On a completely unrelated note, student teaching ended on April 29 (yes...the same day as THE ROYAL WEDDING...and, yes...I did allow the students to watch almost an hour of the highlights on www.cnn.com), and I don't think I was really prepared for it. I LOVE my kids but still did not realize how much it would hurt to leave them and my cooperating teacher. They all get me some very generous and nice gifts as well as write me letters which included, but were not limited to, the following hilarious phrases, completely penned by these third graders:

  • "You are now free to live your life and be free."
  • "I suggest when you go to Spain that you should take me."
  • "I like how you look when I look at your tropical eyes."
  • "Your eyes are yellow, blue, green, and hazel. They are tropical eyes and they are beautiful!"
  • "I like how you dress like a lawyer."
  • "You are my queen and I am your princess."
  • "You are tall and short at the same time."
  • "On the first day, the teacher showed you the attendance list. You called our names and said we said present when we were here or yes or no if we ate breakfast."
  • "I like to stand next to you because I am very persistent."
  • "Your new class needs to respect you like a teacher, not like a woman who is walking in the street."
Yes, I apparently have tropical eyes and am tall and short at the same time. There is clearly no better physical description of me.

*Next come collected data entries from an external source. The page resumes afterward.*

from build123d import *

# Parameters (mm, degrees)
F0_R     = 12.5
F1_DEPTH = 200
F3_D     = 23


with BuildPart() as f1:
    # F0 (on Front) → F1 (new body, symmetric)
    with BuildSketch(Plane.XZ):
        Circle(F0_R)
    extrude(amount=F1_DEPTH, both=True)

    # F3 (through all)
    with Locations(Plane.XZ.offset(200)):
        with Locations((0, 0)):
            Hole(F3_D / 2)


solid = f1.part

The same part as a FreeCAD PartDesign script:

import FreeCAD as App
import Part
import Sketcher
Q = App.Units.Quantity

doc = App.newDocument("Part")
body = doc.addObject("PartDesign::Body", "Body")

sketch1 = body.newObject("Sketcher::SketchObject", "Sketch")
sketch1.AttachmentSupport = (doc.getObject("XZ_Plane"), [""])
sketch1.MapMode = "FlatFace"
sketch1.addGeometry(Part.Circle(App.Vector(0, 0, 0), App.Vector(0, 0, 1), 12), False)
sketch1.addConstraint(Sketcher.Constraint("Coincident", 0, 3, -1, 1))
sketch1.addConstraint(Sketcher.Constraint("Diameter", 0, Q("25 mm")))
pad1 = body.newObject("PartDesign::Pad", "Pad")
pad1.Profile = sketch1
pad1.Length = 400
pad1.Midplane = True

sketch2 = body.newObject("Sketcher::SketchObject", "Sketch001")
sketch2.AttachmentSupport = (doc.getObject("XZ_Plane"), [""])
sketch2.MapMode = "FlatFace"
sketch2.AttachmentOffset = App.Placement(App.Vector(0, 0, 200), App.Rotation())
sketch2.addGeometry(Part.Circle(App.Vector(0, 0, 0), App.Vector(0, 0, 1), 12), False)
sketch2.addConstraint(Sketcher.Constraint("Coincident", 0, 3, -1, 1))
sketch2.addConstraint(Sketcher.Constraint("Diameter", 0, Q("23 mm")))
doc.recompute()
hole = body.newObject("PartDesign::Hole", "Hole")
hole.Profile = sketch2
hole.ThreadType = "None"
hole.Diameter = 23
hole.DepthType = "ThroughAll"

doc.recompute()
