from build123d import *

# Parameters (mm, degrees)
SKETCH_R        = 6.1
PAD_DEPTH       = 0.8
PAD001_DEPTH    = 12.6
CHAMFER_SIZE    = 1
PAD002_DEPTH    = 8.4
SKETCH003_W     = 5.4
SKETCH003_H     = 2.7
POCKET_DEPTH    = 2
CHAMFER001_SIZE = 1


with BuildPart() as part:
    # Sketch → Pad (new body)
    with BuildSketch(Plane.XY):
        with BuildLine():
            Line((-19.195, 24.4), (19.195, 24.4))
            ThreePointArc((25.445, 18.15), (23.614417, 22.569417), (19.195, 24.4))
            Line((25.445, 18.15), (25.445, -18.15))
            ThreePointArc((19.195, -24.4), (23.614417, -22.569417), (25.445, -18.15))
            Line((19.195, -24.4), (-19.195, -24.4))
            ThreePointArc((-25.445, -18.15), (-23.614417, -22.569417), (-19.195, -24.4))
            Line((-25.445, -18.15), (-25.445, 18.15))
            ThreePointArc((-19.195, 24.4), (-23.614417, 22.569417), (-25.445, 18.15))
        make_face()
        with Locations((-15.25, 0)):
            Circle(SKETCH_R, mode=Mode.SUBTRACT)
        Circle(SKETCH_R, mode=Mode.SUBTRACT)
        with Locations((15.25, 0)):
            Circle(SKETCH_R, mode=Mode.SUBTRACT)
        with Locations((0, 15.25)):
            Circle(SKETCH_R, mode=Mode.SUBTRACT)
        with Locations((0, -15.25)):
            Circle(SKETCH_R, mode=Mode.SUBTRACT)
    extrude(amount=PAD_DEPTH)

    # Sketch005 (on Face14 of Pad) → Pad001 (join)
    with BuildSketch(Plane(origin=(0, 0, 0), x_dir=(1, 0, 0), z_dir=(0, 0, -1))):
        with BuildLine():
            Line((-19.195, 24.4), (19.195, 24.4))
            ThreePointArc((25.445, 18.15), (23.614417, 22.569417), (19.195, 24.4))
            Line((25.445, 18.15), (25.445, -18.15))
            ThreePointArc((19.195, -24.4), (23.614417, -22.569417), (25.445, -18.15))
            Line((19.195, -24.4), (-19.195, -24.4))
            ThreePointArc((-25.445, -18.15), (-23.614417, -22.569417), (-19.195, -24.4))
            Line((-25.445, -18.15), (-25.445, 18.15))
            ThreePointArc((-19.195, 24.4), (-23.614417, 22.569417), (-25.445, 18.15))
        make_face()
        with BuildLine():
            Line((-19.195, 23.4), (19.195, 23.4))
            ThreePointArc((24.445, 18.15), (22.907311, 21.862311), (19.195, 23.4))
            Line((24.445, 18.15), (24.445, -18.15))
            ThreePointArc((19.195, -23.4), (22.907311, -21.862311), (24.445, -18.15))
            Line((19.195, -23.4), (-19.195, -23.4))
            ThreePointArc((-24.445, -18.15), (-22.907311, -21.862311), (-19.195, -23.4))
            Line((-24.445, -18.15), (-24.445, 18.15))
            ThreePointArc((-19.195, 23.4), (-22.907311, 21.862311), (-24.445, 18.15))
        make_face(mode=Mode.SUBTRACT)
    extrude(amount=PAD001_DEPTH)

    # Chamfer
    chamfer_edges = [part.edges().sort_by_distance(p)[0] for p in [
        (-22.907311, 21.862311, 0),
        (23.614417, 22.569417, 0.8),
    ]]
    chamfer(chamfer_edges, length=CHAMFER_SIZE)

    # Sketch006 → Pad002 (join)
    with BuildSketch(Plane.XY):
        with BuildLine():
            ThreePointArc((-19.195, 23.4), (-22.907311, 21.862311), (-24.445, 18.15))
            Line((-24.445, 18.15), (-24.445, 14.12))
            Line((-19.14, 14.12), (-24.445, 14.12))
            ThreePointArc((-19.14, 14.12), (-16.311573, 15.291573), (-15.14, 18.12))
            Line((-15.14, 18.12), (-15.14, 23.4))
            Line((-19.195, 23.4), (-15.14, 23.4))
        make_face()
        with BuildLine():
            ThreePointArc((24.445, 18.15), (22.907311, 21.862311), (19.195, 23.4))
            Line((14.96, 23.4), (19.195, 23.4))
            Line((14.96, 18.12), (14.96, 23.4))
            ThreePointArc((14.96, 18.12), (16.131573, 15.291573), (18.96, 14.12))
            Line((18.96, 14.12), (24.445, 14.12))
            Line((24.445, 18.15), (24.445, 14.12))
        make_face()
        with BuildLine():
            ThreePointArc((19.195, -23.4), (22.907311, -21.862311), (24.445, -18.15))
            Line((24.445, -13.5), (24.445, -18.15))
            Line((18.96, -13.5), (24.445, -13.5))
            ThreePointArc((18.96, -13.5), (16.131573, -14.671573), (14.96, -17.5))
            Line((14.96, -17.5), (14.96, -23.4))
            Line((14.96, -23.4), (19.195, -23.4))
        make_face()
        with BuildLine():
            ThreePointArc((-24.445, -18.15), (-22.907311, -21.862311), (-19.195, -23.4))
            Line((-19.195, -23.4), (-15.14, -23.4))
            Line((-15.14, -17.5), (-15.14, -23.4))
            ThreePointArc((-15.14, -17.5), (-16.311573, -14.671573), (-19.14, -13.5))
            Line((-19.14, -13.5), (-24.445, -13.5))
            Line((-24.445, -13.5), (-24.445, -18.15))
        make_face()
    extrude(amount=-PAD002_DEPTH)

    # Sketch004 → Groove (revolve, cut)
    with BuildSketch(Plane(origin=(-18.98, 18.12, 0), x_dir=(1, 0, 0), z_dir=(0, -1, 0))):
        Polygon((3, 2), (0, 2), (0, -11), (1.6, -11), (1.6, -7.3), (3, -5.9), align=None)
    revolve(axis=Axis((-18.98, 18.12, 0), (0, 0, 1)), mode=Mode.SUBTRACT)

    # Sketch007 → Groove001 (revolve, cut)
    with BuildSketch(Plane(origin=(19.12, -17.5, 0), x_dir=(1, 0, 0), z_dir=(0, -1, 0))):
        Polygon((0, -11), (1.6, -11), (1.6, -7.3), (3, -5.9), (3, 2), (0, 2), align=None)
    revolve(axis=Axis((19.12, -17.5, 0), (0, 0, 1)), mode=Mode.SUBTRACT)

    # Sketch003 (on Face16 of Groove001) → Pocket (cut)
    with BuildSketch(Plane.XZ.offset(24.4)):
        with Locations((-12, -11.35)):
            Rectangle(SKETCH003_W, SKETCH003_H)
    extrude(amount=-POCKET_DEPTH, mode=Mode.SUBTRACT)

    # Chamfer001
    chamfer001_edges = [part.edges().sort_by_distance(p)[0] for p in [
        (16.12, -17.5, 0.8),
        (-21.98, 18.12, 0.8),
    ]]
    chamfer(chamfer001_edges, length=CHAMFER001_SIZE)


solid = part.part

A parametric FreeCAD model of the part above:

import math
import FreeCAD as App
import Part
import Sketcher
Q = App.Units.Quantity


def edges_at(feature, points):
    """Names of the edges that pass closest to the given points."""
    edges = feature.Shape.Edges
    near = lambda p: min(range(len(edges)), key=lambda i: edges[i].distToShape(Part.Vertex(*p))[0])
    return sorted({f"Edge{near(p) + 1}" for p in points})


def add_polygon(sketch, points):
    """Adds a closed chain of lines whose ends are joined by coincident constraints."""
    first, n = sketch.GeometryCount, len(points)
    for a, b in zip(points, points[1:] + points[:1]):
        sketch.addGeometry(Part.LineSegment(App.Vector(*a, 0), App.Vector(*b, 0)), False)
    for i in range(n):
        sketch.addConstraint(Sketcher.Constraint("Coincident", first + i, 2, first + (i + 1) % n, 1))

doc = App.newDocument("Part")
body = doc.addObject("PartDesign::Body", "Body")

sketch1 = body.newObject("Sketcher::SketchObject", "Sketch")
sketch1.AttachmentSupport = (doc.getObject("XY_Plane"), [""])
sketch1.MapMode = "FlatFace"
sketch1.addGeometry([
    Part.LineSegment(App.Vector(19.195, 24.4, 0), App.Vector(-19.195, 24.4, 0)),
    Part.ArcOfCircle(Part.Circle(App.Vector(-19.194999, 18.149999, 0), App.Vector(0, 0, 1), 6.250001), math.radians(90.000012), math.radians(179.999988)),
    Part.LineSegment(App.Vector(-25.445, 18.15, 0), App.Vector(-25.445, -18.15, 0)),
    Part.ArcOfCircle(Part.Circle(App.Vector(-19.194999, -18.149999, 0), App.Vector(0, 0, 1), 6.250001), math.radians(-179.999988), math.radians(-90.000012)),
    Part.LineSegment(App.Vector(-19.195, -24.4, 0), App.Vector(19.195, -24.4, 0)),
    Part.ArcOfCircle(Part.Circle(App.Vector(19.194999, -18.149999, 0), App.Vector(0, 0, 1), 6.250001), math.radians(-89.999988), math.radians(-0.000012)),
    Part.LineSegment(App.Vector(25.445, -18.15, 0), App.Vector(25.445, 18.15, 0)),
    Part.ArcOfCircle(Part.Circle(App.Vector(19.194999, 18.149999, 0), App.Vector(0, 0, 1), 6.250001), math.radians(0.000012), math.radians(89.999988)),
    Part.Circle(App.Vector(0, -15.25, 0), App.Vector(0, 0, 1), 6.1),
    Part.Circle(App.Vector(15.25, 0, 0), App.Vector(0, 0, 1), 6.1),
    Part.Circle(App.Vector(0, 0, 0), App.Vector(0, 0, 1), 6.1),
    Part.Circle(App.Vector(-15.25, 0, 0), App.Vector(0, 0, 1), 6.1),
    Part.Circle(App.Vector(0, 15.25, 0), App.Vector(0, 0, 1), 6.1),
], False)
sketch1.addConstraint([
    Sketcher.Constraint("Tangent", 0, 2, 1, 1),
    Sketcher.Constraint("Tangent", 1, 2, 2, 1),
    Sketcher.Constraint("Tangent", 2, 2, 3, 1),
    Sketcher.Constraint("Tangent", 3, 2, 4, 1),
    Sketcher.Constraint("Tangent", 4, 2, 5, 1),
    Sketcher.Constraint("Tangent", 5, 2, 6, 1),
    Sketcher.Constraint("Tangent", 6, 2, 7, 1),
    Sketcher.Constraint("Tangent", 7, 2, 0, 1),
    Sketcher.Constraint("Horizontal", 0),
    Sketcher.Constraint("Vertical", 2),
    Sketcher.Constraint("Horizontal", 4),
    Sketcher.Constraint("Vertical", 6),
    Sketcher.Constraint("Coincident", 10, 3, -1, 1),
    Sketcher.Constraint("Equal", 1, 3),
    Sketcher.Constraint("Equal", 3, 5),
    Sketcher.Constraint("Equal", 5, 7),
    Sketcher.Constraint("Equal", 8, 9),
    Sketcher.Constraint("Equal", 9, 10),
    Sketcher.Constraint("Equal", 10, 11),
    Sketcher.Constraint("Equal", 11, 12),
    Sketcher.Constraint("Symmetric", 1, 3, 5, 3, -1, 1),
    Sketcher.Constraint("Symmetric", 9, 3, 11, 3, -1, 1),
    Sketcher.Constraint("Symmetric", 8, 3, 12, 3, -1, 1),
    Sketcher.Constraint("PointOnObject", 8, 3, -2),
    Sketcher.Constraint("PointOnObject", 9, 3, -1),
    Sketcher.Constraint("Diameter", 8, 12.2),
    Sketcher.Constraint("Radius", 1, 6.250001),
    Sketcher.Constraint("DistanceY", 2, 2, 2, 1, 36.3),
    Sketcher.Constraint("DistanceX", 0, 2, 0, 1, 38.39),
    Sketcher.Constraint("DistanceY", 3, 3, 8, 3, 2.899999),
    Sketcher.Constraint("DistanceX", 11, 3, 9, 3, 30.5),
])
pad1 = body.newObject("PartDesign::Pad", "Pad")
pad1.Profile = sketch1
pad1.Length = 0.8

sketch2 = body.newObject("Sketcher::SketchObject", "Sketch001")
sketch2.AttachmentSupport = (doc.getObject("XY_Plane"), [""])
sketch2.MapMode = "FlatFace"
sketch2.addGeometry([
    Part.LineSegment(App.Vector(19.195, -24.4, 0), App.Vector(-19.195, -24.4, 0)),
    Part.ArcOfCircle(Part.Circle(App.Vector(-19.194999, -18.149999, 0), App.Vector(0, 0, 1), 6.250001), math.radians(-179.999988), math.radians(-90.000012)),
    Part.LineSegment(App.Vector(-25.445, -18.15, 0), App.Vector(-25.445, 18.15, 0)),
    Part.ArcOfCircle(Part.Circle(App.Vector(-19.194999, 18.149999, 0), App.Vector(0, 0, 1), 6.250001), math.radians(90.000012), math.radians(179.999988)),
    Part.LineSegment(App.Vector(-19.195, 24.4, 0), App.Vector(19.195, 24.4, 0)),
    Part.ArcOfCircle(Part.Circle(App.Vector(19.194999, 18.149999, 0), App.Vector(0, 0, 1), 6.250001), math.radians(0.000012), math.radians(89.999988)),
    Part.LineSegment(App.Vector(25.445, 18.15, 0), App.Vector(25.445, -18.15, 0)),
    Part.ArcOfCircle(Part.Circle(App.Vector(19.194999, -18.149999, 0), App.Vector(0, 0, 1), 6.250001), math.radians(-89.999988), math.radians(-0.000012)),
    Part.LineSegment(App.Vector(-19.195, -23.4, 0), App.Vector(19.195, -23.4, 0)),
    Part.ArcOfCircle(Part.Circle(App.Vector(19.195001, -18.150001, 0), App.Vector(0, 0, 1), 5.249999), math.radians(-90.000015), math.radians(0.000015)),
    Part.LineSegment(App.Vector(24.445, -18.15, 0), App.Vector(24.445, 18.15, 0)),
    Part.ArcOfCircle(Part.Circle(App.Vector(19.195001, 18.150001, 0), App.Vector(0, 0, 1), 5.249999), math.radians(-0.000015), math.radians(90.000015)),
    Part.LineSegment(App.Vector(19.195, 23.4, 0), App.Vector(-19.195, 23.4, 0)),
    Part.ArcOfCircle(Part.Circle(App.Vector(-19.195001, 18.150001, 0), App.Vector(0, 0, 1), 5.249999), math.radians(89.999985), math.radians(180.000015)),
    Part.LineSegment(App.Vector(-24.445, 18.15, 0), App.Vector(-24.445, -18.15, 0)),
    Part.ArcOfCircle(Part.Circle(App.Vector(-19.195001, -18.150001, 0), App.Vector(0, 0, 1), 5.249999), math.radians(179.999985), math.radians(270.000015)),
], False)
sketch2.addConstraint([
    Sketcher.Constraint("Tangent", 0, 2, 1, 2),
    Sketcher.Constraint("Tangent", 1, 1, 2, 1),
    Sketcher.Constraint("Tangent", 2, 2, 3, 2),
    Sketcher.Constraint("Tangent", 3, 1, 4, 1),
    Sketcher.Constraint("Tangent", 4, 2, 5, 2),
    Sketcher.Constraint("Tangent", 5, 1, 6, 1),
    Sketcher.Constraint("Tangent", 6, 2, 7, 2),
    Sketcher.Constraint("Tangent", 7, 1, 0, 1),
    Sketcher.Constraint("Tangent", 8, 2, 9, 1),
    Sketcher.Constraint("Tangent", 9, 2, 10, 1),
    Sketcher.Constraint("Tangent", 10, 2, 11, 1),
    Sketcher.Constraint("Tangent", 11, 2, 12, 1),
    Sketcher.Constraint("Tangent", 12, 2, 13, 1),
    Sketcher.Constraint("Tangent", 13, 2, 14, 1),
    Sketcher.Constraint("Tangent", 14, 2, 15, 1),
    Sketcher.Constraint("Tangent", 15, 2, 8, 1),
    Sketcher.Constraint("Horizontal", 0),
    Sketcher.Constraint("Vertical", 2),
    Sketcher.Constraint("Horizontal", 4),
    Sketcher.Constraint("Vertical", 6),
    Sketcher.Constraint("Horizontal", 8),
    Sketcher.Constraint("Vertical", 10),
    Sketcher.Constraint("Horizontal", 12),
    Sketcher.Constraint("Vertical", 14),
    Sketcher.Constraint("Coincident", 9, 3, 7, 3),
    Sketcher.Constraint("Coincident", 11, 3, 5, 3),
    Sketcher.Constraint("Coincident", 13, 3, 3, 3),
    Sketcher.Constraint("Equal", 1, 3),
    Sketcher.Constraint("Equal", 3, 5),
    Sketcher.Constraint("Equal", 5, 7),
    Sketcher.Constraint("Equal", 13, 15),
    Sketcher.Constraint("Symmetric", 1, 3, 5, 3, -1, 1),
    Sketcher.Constraint("Radius", 1, 6.250001),
    Sketcher.Constraint("Radius", 9, 5.249999),
    Sketcher.Constraint("DistanceY", 2, 1, 2, 2, 36.3),
    Sketcher.Constraint("DistanceX", 0, 2, 0, 1, 38.39),
])
pad2 = body.newObject("PartDesign::Pad", "Pad001")
pad2.Profile = sketch2
pad2.Length = 12.6
pad2.Reversed = True
doc.recompute()

chamfer = body.newObject("PartDesign::Chamfer", "Chamfer")
chamfer.Base = (pad2, edges_at(pad2, [(-22.907, 21.862, 0), (23.614, 22.569, 0.8)]))
chamfer.Size = 1
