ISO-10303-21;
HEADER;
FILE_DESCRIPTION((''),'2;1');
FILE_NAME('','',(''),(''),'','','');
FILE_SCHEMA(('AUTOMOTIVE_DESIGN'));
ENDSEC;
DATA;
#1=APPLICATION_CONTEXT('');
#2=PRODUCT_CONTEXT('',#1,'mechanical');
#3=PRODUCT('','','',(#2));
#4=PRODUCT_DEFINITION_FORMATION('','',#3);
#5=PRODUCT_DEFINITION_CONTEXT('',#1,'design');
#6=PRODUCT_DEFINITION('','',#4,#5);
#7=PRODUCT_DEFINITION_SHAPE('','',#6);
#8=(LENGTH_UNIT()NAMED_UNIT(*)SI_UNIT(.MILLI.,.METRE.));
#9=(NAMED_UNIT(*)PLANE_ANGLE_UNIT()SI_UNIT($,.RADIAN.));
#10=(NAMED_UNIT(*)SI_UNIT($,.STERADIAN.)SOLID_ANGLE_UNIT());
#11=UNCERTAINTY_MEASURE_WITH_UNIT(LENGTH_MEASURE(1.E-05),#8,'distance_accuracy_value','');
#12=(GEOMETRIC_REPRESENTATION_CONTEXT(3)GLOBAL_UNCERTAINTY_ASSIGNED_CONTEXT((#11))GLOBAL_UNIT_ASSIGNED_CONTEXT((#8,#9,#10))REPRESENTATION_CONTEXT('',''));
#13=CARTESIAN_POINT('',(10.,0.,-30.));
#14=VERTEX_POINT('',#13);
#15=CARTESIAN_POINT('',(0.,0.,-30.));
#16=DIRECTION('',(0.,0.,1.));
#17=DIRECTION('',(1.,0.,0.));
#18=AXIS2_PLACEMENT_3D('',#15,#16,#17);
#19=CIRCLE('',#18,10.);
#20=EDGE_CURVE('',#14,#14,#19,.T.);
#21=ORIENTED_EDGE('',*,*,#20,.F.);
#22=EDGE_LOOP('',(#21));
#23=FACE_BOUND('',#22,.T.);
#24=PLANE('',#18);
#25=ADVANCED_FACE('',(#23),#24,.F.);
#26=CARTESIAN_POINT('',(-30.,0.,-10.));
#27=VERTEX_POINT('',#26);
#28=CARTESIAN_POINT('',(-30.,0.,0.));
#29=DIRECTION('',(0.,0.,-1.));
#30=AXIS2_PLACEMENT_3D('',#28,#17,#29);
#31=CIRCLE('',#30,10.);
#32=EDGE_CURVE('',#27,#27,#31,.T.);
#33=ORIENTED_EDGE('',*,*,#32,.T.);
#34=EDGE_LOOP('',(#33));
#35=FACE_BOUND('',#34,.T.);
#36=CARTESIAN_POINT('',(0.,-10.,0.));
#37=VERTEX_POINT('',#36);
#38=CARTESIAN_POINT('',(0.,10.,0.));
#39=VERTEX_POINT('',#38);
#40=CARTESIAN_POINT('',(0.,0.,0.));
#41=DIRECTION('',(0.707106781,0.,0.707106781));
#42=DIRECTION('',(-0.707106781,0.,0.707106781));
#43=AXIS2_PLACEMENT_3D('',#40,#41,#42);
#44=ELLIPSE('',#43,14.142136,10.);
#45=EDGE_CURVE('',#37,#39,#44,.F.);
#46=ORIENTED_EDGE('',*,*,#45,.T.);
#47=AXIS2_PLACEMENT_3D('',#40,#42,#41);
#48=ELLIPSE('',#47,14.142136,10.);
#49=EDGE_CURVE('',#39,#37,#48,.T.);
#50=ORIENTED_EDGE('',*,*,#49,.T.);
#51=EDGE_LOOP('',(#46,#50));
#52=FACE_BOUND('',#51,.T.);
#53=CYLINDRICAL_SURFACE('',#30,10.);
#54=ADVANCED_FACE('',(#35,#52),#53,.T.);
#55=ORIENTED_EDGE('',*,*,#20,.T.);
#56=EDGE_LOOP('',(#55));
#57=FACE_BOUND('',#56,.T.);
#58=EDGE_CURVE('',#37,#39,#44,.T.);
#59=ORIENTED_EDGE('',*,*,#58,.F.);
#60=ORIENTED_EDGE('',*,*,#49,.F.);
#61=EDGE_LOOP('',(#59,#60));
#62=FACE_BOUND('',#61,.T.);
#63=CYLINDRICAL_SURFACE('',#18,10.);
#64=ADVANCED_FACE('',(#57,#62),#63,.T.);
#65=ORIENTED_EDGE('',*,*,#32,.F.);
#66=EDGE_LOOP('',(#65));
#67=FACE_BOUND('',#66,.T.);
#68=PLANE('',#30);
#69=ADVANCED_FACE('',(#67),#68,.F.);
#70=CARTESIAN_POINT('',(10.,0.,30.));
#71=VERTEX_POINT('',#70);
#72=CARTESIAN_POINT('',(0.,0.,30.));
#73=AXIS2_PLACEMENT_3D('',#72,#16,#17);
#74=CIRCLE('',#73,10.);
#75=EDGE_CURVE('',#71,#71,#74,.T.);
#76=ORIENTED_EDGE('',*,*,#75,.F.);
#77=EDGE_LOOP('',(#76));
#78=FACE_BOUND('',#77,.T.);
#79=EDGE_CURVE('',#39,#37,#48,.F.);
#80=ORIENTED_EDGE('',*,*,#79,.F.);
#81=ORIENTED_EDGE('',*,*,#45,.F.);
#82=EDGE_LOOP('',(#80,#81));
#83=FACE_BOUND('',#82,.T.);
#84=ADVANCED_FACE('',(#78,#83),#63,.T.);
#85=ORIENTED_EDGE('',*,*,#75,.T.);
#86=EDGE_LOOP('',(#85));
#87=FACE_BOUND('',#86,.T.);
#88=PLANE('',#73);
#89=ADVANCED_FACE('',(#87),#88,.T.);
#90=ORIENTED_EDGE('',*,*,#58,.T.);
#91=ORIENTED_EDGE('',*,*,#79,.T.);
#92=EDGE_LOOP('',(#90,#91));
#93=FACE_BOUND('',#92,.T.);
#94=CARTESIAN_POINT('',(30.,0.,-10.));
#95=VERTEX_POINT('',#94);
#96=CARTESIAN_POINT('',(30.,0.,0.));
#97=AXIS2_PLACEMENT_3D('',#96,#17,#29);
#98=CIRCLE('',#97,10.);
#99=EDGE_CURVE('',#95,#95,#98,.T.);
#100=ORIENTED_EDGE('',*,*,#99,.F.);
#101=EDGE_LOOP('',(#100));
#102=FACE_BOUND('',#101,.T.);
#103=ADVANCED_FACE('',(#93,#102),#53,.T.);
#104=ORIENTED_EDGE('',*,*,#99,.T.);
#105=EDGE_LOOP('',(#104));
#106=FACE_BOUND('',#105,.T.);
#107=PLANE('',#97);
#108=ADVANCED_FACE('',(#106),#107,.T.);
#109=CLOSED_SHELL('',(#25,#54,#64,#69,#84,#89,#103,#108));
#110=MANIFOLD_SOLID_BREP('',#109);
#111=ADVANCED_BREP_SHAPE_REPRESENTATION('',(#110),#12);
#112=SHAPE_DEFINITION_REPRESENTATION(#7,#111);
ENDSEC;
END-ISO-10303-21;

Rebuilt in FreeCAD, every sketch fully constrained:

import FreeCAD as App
import Part
import Sketcher
from FreeCAD import Vector
Q = App.Units.Quantity

doc = App.newDocument("Part")
params = doc.addObject("Spreadsheet::Sheet", "Params")
for row, (alias, value) in enumerate([
    ("sketch1_diameter", "20 mm"),
    ("pad1_length", "30 mm"),
    ("pad1_length2", "30 mm"),
    ("sketch2_diameter", "20 mm"),
    ("pad2_length", "30 mm"),
    ("pad2_length2", "30 mm"),
], start=1):
    params.set(f"A{row}", alias)
    params.set(f"B{row}", "=" + value)
    params.setAlias(f"B{row}", alias)

body = doc.addObject("PartDesign::Body", "Body")

sketch1 = doc.addObject("Sketcher::SketchObject", "Sketch")
body.addObject(sketch1)
sketch1.AttachmentSupport = (doc.XY_Plane, [""])
sketch1.MapMode = "FlatFace"
sketch1.addGeometry(Part.Circle(Vector(0, 0, 0), Vector(0, 0, 1), 10), False)
sketch1.addConstraint([
    Sketcher.Constraint("Coincident", 0, 3, -1, 1),
    Sketcher.Constraint("Diameter", 0, Q("20 mm")),
])
sketch1.setExpression("Constraints[1]", "Params.sketch1_diameter")
pad1 = doc.addObject("PartDesign::Pad", "Pad")
body.addObject(pad1)
pad1.Profile = sketch1
pad1.Type = "TwoLengths"
pad1.setExpression("Length", "Params.pad1_length")
pad1.setExpression("Length2", "Params.pad1_length2")

sketch2 = doc.addObject("Sketcher::SketchObject", "Sketch001")
body.addObject(sketch2)
sketch2.AttachmentSupport = (doc.YZ_Plane, [""])
sketch2.MapMode = "FlatFace"
sketch2.addGeometry(Part.Circle(Vector(0, 0, 0), Vector(0, 0, 1), 10), False)
sketch2.addConstraint([
    Sketcher.Constraint("Coincident", 0, 3, -1, 1),
    Sketcher.Constraint("Diameter", 0, Q("20 mm")),
])
sketch2.setExpression("Constraints[1]", "Params.sketch2_diameter")
pad2 = doc.addObject("PartDesign::Pad", "Pad001")
body.addObject(pad2)
pad2.Profile = sketch2
pad2.Type = "TwoLengths"
pad2.setExpression("Length", "Params.pad2_length")
pad2.setExpression("Length2", "Params.pad2_length2")

doc.recompute()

It's crazy how fast this past semester went and literally does feel like I was just walking into that school for the first time yesterday. Seriously Time, where did you go? I graduate next week??? It's all just unfathomable to me. I'm going to miss those kids so much because they were awesome and I could not have asked for a better experiences than the one I received in their classroom. But, I guess it's time for a new adventure and I guess that new adventure is supposed to start now.

Oh...and as for that ROYAL WEDDING ...Gina and I just loved every minute of it and are currently plotting our entrances into the royal family as we speak. (...cough..Prince Harry..cough..) Also, thank you katemiddletonforthewin for keeping my days full of royal laughs. Keep it classy Britain, I hope to see you soon.